I had it done with dd because back then I did everything they wanted me to. It wasnt that bad but it wasnt needed either since there was no risk of lead and no reason for dd to have low iron she is like me and has excellent stores.

I didnt have it done with ds because by then I had stopped all WBV and only take them in when sick.

I may or may not have the iron checked this year when they go in for their physicals for school. Not sure yet.


----------



## Amanda L (Jun 29, 2010)

I did have those tests done since I was worried about the flaking paint on our porch. I'm glad because he did test high (twice). The first time was a finger prick and was pretty bad emotionally - especially since my son has doctor phobia already. The next time was a vein draw and it was horrible. They did have me hold him in my lap while one person held his arm and another drew the blood. Not Fun.

I was up in the air about moving, and my sons lead test was the final straw for me. We couldn't move fast enough to suit me after that.


----------



## QuestionGal (Feb 19, 2006)

I consented to have DS's blood drawn. It was not a big deal. I had my blood drawn first, he sat in my lap, I pulled out a distracting toy (my phone maybe?) and made a request to have a person who would get it on the first stick and was good with tiny veins. I think I even said "not to be rude but you get one shot at this." By the time he noticed what was going on it was over. Not even a single tear.

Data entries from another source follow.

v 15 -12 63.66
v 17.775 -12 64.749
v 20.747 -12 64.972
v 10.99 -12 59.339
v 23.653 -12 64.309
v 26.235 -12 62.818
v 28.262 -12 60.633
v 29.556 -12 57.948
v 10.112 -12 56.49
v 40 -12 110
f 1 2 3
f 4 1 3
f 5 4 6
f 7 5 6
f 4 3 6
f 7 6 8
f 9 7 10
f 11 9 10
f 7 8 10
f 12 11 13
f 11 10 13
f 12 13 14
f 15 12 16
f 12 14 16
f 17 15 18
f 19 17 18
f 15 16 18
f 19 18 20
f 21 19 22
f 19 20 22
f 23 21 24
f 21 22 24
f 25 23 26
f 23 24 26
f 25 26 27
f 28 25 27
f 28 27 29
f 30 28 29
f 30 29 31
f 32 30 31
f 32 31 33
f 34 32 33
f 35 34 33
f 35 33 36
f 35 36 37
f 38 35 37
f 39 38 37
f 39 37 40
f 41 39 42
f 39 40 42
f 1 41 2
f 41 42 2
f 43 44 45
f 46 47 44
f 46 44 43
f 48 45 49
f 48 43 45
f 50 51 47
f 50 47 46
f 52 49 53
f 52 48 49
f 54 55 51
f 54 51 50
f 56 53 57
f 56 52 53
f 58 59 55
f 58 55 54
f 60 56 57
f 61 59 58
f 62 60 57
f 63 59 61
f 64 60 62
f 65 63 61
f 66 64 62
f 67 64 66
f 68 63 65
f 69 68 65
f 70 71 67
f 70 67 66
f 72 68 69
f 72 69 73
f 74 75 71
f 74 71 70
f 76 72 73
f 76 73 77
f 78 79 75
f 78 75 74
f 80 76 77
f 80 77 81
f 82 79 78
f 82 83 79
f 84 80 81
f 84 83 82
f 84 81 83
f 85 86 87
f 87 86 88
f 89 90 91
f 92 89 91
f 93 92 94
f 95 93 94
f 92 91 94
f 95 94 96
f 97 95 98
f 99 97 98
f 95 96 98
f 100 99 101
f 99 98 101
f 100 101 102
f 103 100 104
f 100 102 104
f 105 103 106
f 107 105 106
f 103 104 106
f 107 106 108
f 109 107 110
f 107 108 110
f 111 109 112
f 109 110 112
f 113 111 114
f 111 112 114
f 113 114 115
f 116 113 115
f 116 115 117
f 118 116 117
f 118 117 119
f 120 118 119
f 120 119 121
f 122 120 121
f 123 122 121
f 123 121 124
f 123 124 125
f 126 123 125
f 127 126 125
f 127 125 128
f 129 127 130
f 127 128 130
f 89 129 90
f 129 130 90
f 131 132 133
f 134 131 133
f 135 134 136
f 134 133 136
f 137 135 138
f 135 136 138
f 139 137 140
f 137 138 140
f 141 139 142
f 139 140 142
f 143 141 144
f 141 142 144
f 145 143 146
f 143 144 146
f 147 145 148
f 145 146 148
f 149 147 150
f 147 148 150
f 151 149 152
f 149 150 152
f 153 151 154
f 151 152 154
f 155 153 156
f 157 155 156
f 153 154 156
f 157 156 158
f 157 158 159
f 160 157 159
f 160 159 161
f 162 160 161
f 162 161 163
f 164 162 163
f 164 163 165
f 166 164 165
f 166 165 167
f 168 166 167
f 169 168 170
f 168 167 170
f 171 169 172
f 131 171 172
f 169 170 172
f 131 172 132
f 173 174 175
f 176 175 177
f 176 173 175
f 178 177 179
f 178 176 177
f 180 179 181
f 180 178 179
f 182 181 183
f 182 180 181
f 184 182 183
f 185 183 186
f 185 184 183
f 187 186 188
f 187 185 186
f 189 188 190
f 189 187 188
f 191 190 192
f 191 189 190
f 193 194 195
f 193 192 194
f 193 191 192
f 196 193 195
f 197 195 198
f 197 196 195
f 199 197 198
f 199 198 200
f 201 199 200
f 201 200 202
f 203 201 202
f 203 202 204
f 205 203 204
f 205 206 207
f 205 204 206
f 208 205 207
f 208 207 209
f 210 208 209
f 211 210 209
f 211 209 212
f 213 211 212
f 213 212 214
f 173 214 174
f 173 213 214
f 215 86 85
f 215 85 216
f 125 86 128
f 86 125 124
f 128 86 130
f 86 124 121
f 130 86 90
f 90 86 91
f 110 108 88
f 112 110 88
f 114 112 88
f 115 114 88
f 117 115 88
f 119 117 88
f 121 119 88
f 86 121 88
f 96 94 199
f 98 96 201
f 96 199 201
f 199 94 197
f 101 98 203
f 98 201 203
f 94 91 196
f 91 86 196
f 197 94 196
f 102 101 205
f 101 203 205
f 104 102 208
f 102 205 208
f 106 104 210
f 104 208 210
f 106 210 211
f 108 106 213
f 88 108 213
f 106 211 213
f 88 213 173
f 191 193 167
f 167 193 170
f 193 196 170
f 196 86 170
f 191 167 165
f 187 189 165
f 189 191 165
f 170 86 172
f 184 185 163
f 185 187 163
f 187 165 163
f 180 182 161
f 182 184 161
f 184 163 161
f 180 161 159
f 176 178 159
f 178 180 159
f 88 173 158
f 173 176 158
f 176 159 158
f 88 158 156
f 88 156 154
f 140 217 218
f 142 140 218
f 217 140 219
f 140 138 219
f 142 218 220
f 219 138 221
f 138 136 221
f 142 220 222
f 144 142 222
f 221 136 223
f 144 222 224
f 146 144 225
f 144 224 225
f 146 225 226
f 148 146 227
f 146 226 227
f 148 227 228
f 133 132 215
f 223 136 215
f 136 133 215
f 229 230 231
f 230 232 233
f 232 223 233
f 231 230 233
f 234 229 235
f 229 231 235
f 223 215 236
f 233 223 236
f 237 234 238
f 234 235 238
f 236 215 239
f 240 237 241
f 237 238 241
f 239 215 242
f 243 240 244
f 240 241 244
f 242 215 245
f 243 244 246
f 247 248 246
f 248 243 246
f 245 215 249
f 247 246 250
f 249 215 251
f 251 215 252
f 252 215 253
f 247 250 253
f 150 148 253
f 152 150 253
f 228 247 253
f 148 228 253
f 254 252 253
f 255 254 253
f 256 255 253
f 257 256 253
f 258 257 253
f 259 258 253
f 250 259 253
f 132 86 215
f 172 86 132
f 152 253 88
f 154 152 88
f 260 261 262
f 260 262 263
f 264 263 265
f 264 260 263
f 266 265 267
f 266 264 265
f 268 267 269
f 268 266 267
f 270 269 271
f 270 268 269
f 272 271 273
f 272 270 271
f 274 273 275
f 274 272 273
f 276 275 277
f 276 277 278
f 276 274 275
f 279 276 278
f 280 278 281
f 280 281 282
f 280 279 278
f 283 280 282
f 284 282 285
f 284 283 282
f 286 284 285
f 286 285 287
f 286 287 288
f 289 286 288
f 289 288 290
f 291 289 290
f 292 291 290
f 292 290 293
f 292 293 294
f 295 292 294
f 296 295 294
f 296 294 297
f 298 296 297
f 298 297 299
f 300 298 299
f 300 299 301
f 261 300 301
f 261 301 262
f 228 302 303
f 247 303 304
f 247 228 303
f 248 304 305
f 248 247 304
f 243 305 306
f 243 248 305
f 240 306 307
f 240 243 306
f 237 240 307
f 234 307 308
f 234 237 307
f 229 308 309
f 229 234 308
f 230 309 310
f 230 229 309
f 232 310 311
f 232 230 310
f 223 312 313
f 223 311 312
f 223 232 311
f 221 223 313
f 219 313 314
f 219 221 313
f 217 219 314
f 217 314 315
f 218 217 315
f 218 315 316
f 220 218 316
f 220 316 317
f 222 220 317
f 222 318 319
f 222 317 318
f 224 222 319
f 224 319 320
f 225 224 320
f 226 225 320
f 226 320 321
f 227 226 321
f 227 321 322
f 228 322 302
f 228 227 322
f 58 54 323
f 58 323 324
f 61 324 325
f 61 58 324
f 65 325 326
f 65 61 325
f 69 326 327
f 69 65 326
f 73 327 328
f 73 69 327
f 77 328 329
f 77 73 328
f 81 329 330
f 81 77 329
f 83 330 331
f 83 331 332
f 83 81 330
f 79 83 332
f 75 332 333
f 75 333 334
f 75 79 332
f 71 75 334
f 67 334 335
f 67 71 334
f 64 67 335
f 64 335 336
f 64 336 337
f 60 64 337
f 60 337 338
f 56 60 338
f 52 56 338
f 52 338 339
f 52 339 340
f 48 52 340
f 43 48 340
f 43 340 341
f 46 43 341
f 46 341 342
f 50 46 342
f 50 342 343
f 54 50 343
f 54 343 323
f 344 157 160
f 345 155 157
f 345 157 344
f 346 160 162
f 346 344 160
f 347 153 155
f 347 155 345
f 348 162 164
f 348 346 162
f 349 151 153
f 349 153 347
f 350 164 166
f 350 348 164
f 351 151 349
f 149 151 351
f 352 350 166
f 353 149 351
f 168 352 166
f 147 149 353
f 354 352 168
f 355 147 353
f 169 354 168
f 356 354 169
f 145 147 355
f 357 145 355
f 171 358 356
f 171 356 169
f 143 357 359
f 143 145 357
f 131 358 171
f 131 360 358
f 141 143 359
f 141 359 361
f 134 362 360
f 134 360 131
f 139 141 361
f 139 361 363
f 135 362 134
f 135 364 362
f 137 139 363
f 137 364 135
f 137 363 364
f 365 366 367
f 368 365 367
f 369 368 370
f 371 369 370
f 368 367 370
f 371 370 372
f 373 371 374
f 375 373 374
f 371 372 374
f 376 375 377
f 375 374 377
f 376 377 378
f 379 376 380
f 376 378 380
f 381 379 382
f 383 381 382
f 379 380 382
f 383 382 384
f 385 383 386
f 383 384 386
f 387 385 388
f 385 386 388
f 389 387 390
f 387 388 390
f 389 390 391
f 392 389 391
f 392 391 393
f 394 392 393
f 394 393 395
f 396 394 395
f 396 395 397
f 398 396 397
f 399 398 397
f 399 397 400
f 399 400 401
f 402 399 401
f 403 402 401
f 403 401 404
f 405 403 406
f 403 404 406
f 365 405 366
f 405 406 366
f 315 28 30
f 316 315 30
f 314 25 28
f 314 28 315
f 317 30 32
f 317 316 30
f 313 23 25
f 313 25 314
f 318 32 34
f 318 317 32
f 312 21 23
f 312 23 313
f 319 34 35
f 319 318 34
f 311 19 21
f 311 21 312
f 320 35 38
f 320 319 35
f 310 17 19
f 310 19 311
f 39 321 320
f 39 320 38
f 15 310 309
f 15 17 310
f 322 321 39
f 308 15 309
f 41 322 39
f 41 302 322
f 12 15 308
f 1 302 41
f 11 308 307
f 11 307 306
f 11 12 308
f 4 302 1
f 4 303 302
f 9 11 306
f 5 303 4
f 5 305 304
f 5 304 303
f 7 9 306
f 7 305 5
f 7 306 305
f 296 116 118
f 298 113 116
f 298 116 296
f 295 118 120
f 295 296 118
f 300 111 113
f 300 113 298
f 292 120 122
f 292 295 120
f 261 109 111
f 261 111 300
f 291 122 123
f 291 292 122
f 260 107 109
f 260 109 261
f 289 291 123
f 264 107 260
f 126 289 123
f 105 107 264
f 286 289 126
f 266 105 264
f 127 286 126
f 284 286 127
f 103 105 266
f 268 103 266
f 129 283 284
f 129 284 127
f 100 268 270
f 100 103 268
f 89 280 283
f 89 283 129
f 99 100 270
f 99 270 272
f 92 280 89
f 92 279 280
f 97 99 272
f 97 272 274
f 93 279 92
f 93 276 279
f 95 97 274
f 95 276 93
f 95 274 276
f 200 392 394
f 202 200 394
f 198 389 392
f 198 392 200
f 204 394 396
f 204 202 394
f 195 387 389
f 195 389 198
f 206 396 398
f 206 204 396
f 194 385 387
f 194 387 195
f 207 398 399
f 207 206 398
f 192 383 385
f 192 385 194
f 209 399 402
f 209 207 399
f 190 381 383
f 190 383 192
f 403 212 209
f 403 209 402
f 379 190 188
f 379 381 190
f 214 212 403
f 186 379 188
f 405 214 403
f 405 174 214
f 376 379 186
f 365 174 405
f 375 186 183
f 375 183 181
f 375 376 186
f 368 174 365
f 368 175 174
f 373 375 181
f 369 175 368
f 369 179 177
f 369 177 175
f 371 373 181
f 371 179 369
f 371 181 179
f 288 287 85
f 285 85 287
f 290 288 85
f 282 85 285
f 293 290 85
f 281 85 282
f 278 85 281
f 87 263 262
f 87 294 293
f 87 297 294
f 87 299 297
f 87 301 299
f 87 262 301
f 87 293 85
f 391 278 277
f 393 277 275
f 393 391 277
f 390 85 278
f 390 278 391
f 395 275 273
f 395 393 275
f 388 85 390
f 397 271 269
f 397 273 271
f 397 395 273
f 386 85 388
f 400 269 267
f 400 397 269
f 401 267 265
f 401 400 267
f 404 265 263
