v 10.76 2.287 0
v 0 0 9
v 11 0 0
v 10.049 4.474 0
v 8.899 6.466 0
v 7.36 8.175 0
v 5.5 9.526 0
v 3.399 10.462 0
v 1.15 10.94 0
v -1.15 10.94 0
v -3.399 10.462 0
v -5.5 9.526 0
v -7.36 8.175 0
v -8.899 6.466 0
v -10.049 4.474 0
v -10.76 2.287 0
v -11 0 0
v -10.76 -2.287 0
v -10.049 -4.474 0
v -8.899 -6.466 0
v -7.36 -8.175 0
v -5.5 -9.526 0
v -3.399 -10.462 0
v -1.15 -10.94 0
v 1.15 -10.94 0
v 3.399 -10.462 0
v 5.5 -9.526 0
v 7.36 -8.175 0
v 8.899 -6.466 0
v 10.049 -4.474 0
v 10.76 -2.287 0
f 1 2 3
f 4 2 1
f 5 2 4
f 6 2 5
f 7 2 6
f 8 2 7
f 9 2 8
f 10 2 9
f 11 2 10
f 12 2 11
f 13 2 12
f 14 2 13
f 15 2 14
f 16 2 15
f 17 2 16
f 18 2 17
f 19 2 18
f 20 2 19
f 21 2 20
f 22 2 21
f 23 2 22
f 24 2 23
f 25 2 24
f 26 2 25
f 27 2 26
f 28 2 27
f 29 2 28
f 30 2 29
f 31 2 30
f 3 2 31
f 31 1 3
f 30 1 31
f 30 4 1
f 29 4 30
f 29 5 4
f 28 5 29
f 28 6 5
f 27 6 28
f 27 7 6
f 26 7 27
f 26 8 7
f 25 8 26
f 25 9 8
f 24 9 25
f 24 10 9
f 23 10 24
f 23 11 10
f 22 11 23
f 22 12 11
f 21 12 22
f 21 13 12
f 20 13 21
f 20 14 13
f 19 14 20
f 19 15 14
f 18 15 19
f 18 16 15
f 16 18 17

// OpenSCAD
// Generated by SolidPython 1.0.1 on 2020-07-29 00:39:25


cylinder(h = 9, r1 = 11, r2 = 0);
/***********************************************
*********      SolidPython code:      **********
************************************************
 
# import packages: SolidPython
from solid import *
from solid.utils import *
from itertools import chain, combinations


class Resize:

    def __init__(self, scad_file):
        self.scad_file = scad_file
        #self.scad_file = import_scad(scad_file)
        # cone/cylinder param:
        self.r1 = 0
        self.r2 = 0
        self.h = 0
        # rectangular prism param:
        self.w = 0
        self.l = 0
        # ellipse param:
        self.r = 0

    # import OpenScad code (file name corresponds to shape)


    # classify shape + parameters
    def assign(self, param1, param2, param3):
        if self.scad_file == 'cone.scad':
            self.r1 = param1
            self.r2 = param2
            self.h = param3
        elif self.scad_file == 'cylinder.scad':
            self.r1 = param1
            self.r2 = param2
            self.h = param3
        elif self.scad_file == 'rectangularPrism.scad':
            self.h = param1
            self.l = param2
            self.w = param3
        else:
            self.r = param1
            self.h = param2

    # resize parameters
    def iterate(self):
        x = range(3, 20, 2)
        i = 1
        if self.scad_file == 'cone.scad':
            tempList = list(combinations(x, 2))
            for temp in tempList:
                param1 = temp[0]
                param2 = temp[1]
                filepath = 'produced_scad_files/' + 'cone' + str(param1) + '_' + str(param2) + '_' + '.scad'
                scad_render_to_file(cylinder(h=param1, r1=param2, r2=0), filepath)

        elif self.scad_file == 'cylinder.scad':
            tempList = list(combinations(x, 3))
            for temp in tempList:
                param1 = temp[0]
                param2 = temp[1]
                filepath = 'produced_scad_files/' + 'cylinder' + str(param1) + '_' + str(param2) + '_' + '.scad'
                scad_render_to_file(cylinder(h=param1, r1=param2, r2=param2), filepath)

        elif self.scad_file == 'rectangularPrism.scad':
            tempList = list(combinations(x, 3))
            for temp in tempList:
                param1 = temp[0]
                param2 = temp[1]
                param3 = temp[2]
                filepath = 'produced_scad_files/' + 'rectangularPrism' + str(param1) + '_' + str(param2) + '_' + str(
                    param3) + '.scad'
                scad_render_to_file(cube(size=(param1, param2, param3)), filepath)

        elif self.scad_file == 'ellipse.scad':
            tempList = list(combinations(x, 4))
            for temp in tempList:
                param1 = temp[0]
                param2 = temp[1]
                param3 = temp[2]
                param4 = temp[3]
                filepath = 'produced_scad_files/' + 'ellipse' + str(param1) + '_' + str(param2) + '_' + str(param3) + '_' + str(param4) + '.scad'
                scad_render_to_file(scale([param1, param2, param3])(sphere(r=param4)), filepath)

    def render_to_scadfile(self):
        scad_render_to_file(scad, 'example.scad') 
 
************************************************/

I had it done b/c I was anemic during and after the pregnancy, he ate very little protein, and we live in an older house that was built in the time of lead paint though all tests have come back negative.


----------



## KempsMama (Dec 1, 2008)

DS1 has had both done, although they were only finger pricks, not blood draws. Maybe you could ask for that instead of an actual blood draw?

I had the lead test done because several of my friends babies were testing with high levels and were finding all sorts of sources that I could not rule out.


----------



## EviesMom (Nov 30, 2004)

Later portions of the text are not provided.